Pour la Russie, le meilleur des candidats en deuxième ligne est Grzegorz Napieralski, 36 ans, qui dirige l’Alliance de la gauche démocratique (SLD). Né en 1974, sous le régime communiste il n’a connu que l’école ; pour cette raison il n’a pas l’intention de venger son enfance difficile comme tentent de le faire pratiquement tous les hommes politiques polonais, dont Komorowski et  Kaczynski, qui, dans le passé, ont été liés au mouvement Solidarité. Sur la question religieuse, importante pour la Pologne, Napieralski tient une position anticléricale en exigeant une séparation réelle entre l’Église et l’État.

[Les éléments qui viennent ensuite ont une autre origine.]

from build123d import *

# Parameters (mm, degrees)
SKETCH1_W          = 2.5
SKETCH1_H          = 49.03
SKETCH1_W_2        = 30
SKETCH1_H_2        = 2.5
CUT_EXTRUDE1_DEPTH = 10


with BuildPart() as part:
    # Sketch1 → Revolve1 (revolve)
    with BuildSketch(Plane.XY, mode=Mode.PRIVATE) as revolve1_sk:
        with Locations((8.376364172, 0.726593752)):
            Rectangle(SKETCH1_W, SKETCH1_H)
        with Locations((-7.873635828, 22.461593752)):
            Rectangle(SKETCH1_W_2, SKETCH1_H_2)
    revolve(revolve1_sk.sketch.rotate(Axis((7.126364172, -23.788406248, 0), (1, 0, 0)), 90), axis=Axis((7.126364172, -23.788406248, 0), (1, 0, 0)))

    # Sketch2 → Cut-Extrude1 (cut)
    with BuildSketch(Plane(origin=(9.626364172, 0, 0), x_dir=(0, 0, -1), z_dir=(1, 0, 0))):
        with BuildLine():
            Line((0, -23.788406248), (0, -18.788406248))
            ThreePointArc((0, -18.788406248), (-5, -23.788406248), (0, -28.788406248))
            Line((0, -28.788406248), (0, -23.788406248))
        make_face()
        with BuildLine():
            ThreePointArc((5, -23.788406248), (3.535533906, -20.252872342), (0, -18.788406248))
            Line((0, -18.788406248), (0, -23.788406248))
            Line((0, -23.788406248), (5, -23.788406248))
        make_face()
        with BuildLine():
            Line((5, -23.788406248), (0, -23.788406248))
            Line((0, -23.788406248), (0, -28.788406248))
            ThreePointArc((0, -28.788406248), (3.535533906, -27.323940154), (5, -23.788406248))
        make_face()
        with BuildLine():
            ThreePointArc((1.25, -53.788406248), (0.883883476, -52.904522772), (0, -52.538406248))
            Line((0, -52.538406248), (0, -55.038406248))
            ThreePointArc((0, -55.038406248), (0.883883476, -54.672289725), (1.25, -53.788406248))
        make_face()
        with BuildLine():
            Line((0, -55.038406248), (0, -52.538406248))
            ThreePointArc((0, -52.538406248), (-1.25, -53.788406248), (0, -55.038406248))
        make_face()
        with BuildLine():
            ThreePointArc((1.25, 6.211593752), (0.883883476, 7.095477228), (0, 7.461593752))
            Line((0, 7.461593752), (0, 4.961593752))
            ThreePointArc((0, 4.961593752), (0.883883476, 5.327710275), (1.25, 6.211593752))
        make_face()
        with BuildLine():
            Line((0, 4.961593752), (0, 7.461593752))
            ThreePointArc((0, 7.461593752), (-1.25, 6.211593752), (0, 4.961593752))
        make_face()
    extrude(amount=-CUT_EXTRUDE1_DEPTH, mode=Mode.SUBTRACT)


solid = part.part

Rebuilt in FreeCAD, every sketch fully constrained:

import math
import FreeCAD as App
import Part
import Sketcher


def add_polygon(sketch, points):
    """Adds a closed chain of lines whose ends are joined by coincident constraints."""
    first, n = sketch.GeometryCount, len(points)
    for a, b in zip(points, points[1:] + points[:1]):
        sketch.addGeometry(Part.LineSegment(App.Vector(*a, 0), App.Vector(*b, 0)), False)
    for i in range(n):
        sketch.addConstraint(Sketcher.Constraint("Coincident", first + i, 2, first + (i + 1) % n, 1))

doc = App.newDocument("Part")
body = doc.addObject("PartDesign::Body", "Body")

# Sketch on XY plane
sketch1 = body.newObject("Sketcher::SketchObject", "Sketch")
sketch1.AttachmentSupport = (doc.getObject("XY_Plane"), [""])
sketch1.MapMode = "FlatFace"
add_polygon(sketch1, [(7.1, 21.2), (7.1, -23.8), (9.6, -23.8), (9.6, 25.2), (7.1, 25.2), (7.1, 23.7), (-22.9, 23.7), (-22.9, 21.2)])  # lines 0-7
sketch1.addGeometry(Part.LineSegment(App.Vector(-22.9, -23.8, 0), App.Vector(9.6, -23.8, 0)), True)  # axis
sketch1.addConstraint([
    Sketcher.Constraint("Vertical", 0),
    Sketcher.Constraint("Horizontal", 1),
    Sketcher.Constraint("Vertical", 2),
    Sketcher.Constraint("Horizontal", 3),
    Sketcher.Constraint("Vertical", 4),
    Sketcher.Constraint("Horizontal", 5),
    Sketcher.Constraint("Vertical", 6),
    Sketcher.Constraint("Horizontal", 7),
    Sketcher.Constraint("Horizontal", 8),
    Sketcher.Constraint("Coincident", 8, 2, 1, 2),
    Sketcher.Constraint("Vertical", 0, 2, 3, 2),
    Sketcher.Constraint("Vertical", 6, 2, 8, 1),
    Sketcher.Constraint("Equal", 3, 6),
    Sketcher.Constraint("DistanceX", 5, 2, 5, 1, 30.0),
    Sketcher.Constraint("DistanceY", 0, 2, 0, 1, 45.0),
    Sketcher.Constraint("DistanceX", 1, 1, 1, 2, 2.5),
    Sketcher.Constraint("DistanceY", 2, 1, 2, 2, 49.03),
    Sketcher.Constraint("DistanceX", -1, 1, 0, 2, 7.126364),
    Sketcher.Constraint("DistanceY", 0, 2, -1, 1, 23.788406),
])
revolution = body.newObject("PartDesign::Revolution", "Revolution")
revolution.Profile = sketch1
revolution.ReferenceAxis = (sketch1, ["Axis0"])
revolution.Angle = 360

# Sketch on YZ plane
sketch2 = body.newObject("Sketcher::SketchObject", "Sketch001")
sketch2.AttachmentSupport = (doc.getObject("YZ_Plane"), [""])
sketch2.MapMode = "FlatFace"
sketch2.AttachmentOffset = App.Placement(App.Vector(0, 0, 9.626364), App.Rotation())
sketch2.addGeometry([
    Part.ArcOfCircle(Part.Circle(App.Vector(-23.8, 0, 0), App.Vector(0, 0, 1), 5), math.radians(180), math.radians(270)),  # 0
    Part.ArcOfCircle(Part.Circle(App.Vector(-23.8, 0, 0), App.Vector(0, 0, 1), 5), math.radians(-90), math.radians(0)),  # 1
    Part.ArcOfCircle(Part.Circle(App.Vector(-23.8, 0, 0), App.Vector(0, 0, 1), 5), math.radians(0), math.radians(180)),  # 2
    Part.ArcOfCircle(Part.Circle(App.Vector(-53.8, 0, 0), App.Vector(0, 0, 1), 1.3), math.radians(-90), math.radians(0)),  # 3
    Part.ArcOfCircle(Part.Circle(App.Vector(-53.8, 0, 0), App.Vector(0, 0, 1), 1.2), math.radians(0), math.radians(180)),  # 4
    Part.ArcOfCircle(Part.Circle(App.Vector(-53.8, 0, 0), App.Vector(0, 0, 1), 1.2), math.radians(180), math.radians(270)),  # 5
    Part.ArcOfCircle(Part.Circle(App.Vector(6.2, 0, 0), App.Vector(0, 0, 1), 1.3), math.radians(-90), math.radians(0)),  # 6
    Part.ArcOfCircle(Part.Circle(App.Vector(6.2, 0, 0), App.Vector(0, 0, 1), 1.2), math.radians(0), math.radians(180)),  # 7
    Part.ArcOfCircle(Part.Circle(App.Vector(6.2, 0, 0), App.Vector(0, 0, 1), 1.2), math.radians(180), math.radians(270)),  # 8
], False)
sketch2.addConstraint([
    Sketcher.Constraint("Tangent", 0, 2, 1, 1),
    Sketcher.Constraint("Tangent", 1, 2, 2, 1),
    Sketcher.Constraint("Tangent", 2, 2, 0, 1),
    Sketcher.Constraint("Tangent", 3, 2, 4, 1),
    Sketcher.Constraint("Tangent", 4, 2, 5, 1),
    Sketcher.Constraint("Tangent", 5, 2, 3, 1),
    Sketcher.Constraint("Tangent", 6, 2, 7, 1),
    Sketcher.Constraint("Tangent", 7, 2, 8, 1),
    Sketcher.Constraint("Tangent", 8, 2, 6, 1),
    Sketcher.Constraint("Equal", 5, 6),
    Sketcher.Constraint("PointOnObject", 0, 3, -1),
    Sketcher.Constraint("PointOnObject", 3, 3, -1),
    Sketcher.Constraint("PointOnObject", 6, 3, -1),
    Sketcher.Constraint("PointOnObject", 1, 2, -1),
    Sketcher.Constraint("PointOnObject", 2, 2, -1),
    Sketcher.Constraint("PointOnObject", 3, 2, -1),
    Sketcher.Constraint("PointOnObject", 4, 2, -1),
    Sketcher.Constraint("PointOnObject", 6, 2, -1),
    Sketcher.Constraint("PointOnObject", 7, 2, -1),
    Sketcher.Constraint("Vertical", 2, 3, 0, 2),
    Sketcher.Constraint("Vertical", 4, 3, 5, 2),
    Sketcher.Constraint("Vertical", 7, 3, 8, 2),
    Sketcher.Constraint("Radius", 0, 5.0),
    Sketcher.Constraint("Radius", 3, 1.25),
    Sketcher.Constraint("DistanceX", 3, 3, 0, 3, 30.0),
    Sketcher.Constraint("DistanceX", 0, 3, 6, 3, 30.0),
    Sketcher.Constraint("DistanceX", 0, 3, -1, 1, 23.788406),
])
pocket1 = body.newObject("PartDesign::Pocket", "Pocket")
pocket1.Profile = sketch2
pocket1.Length = 10

doc.recompute()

La SLD a son électorat ayant longtemps dirigé la Pologne dans les années 1990 et au début des années 2000, mais ces dernières années sa tentative de « fuir » son passé communiste ne fût pas une franche réussite (la SLD est l’héritière du Parti ouvrier unifié polonais – POUP). L’un après l’autre le parti promouvait de jeunes militants en remplacement des vétérans au pouvoir qui ont fait leur carrière encore à l’époque communiste, tels que Leszek Miller, ancien membre du bureau politique du POUP ou Jozef Oleksy, ancien premier ministre. Napieralski est le premier parmi les jeunes chefs à ne pas lutter contre les « anciens » et à être approuvé par les vétérans, y compris Miller.

Au deuxième tour, 89% des électeurs de Napieralski ont l’intention de soutenir Komorowski, non pas par amour pour les libéraux, mais par antipathie envers Jaroslaw Kaczynski. Cependant, les sociaux-démocrates espèrent un miracle: Napieralski et Kaczynski parviennent au deuxième tour, et alors la victoire du jeune chef du parti est possible. Tous sont très las du moralisateur qu’est Kaczynski.

Ce texte n’engage que la responsabilité de l’auteur.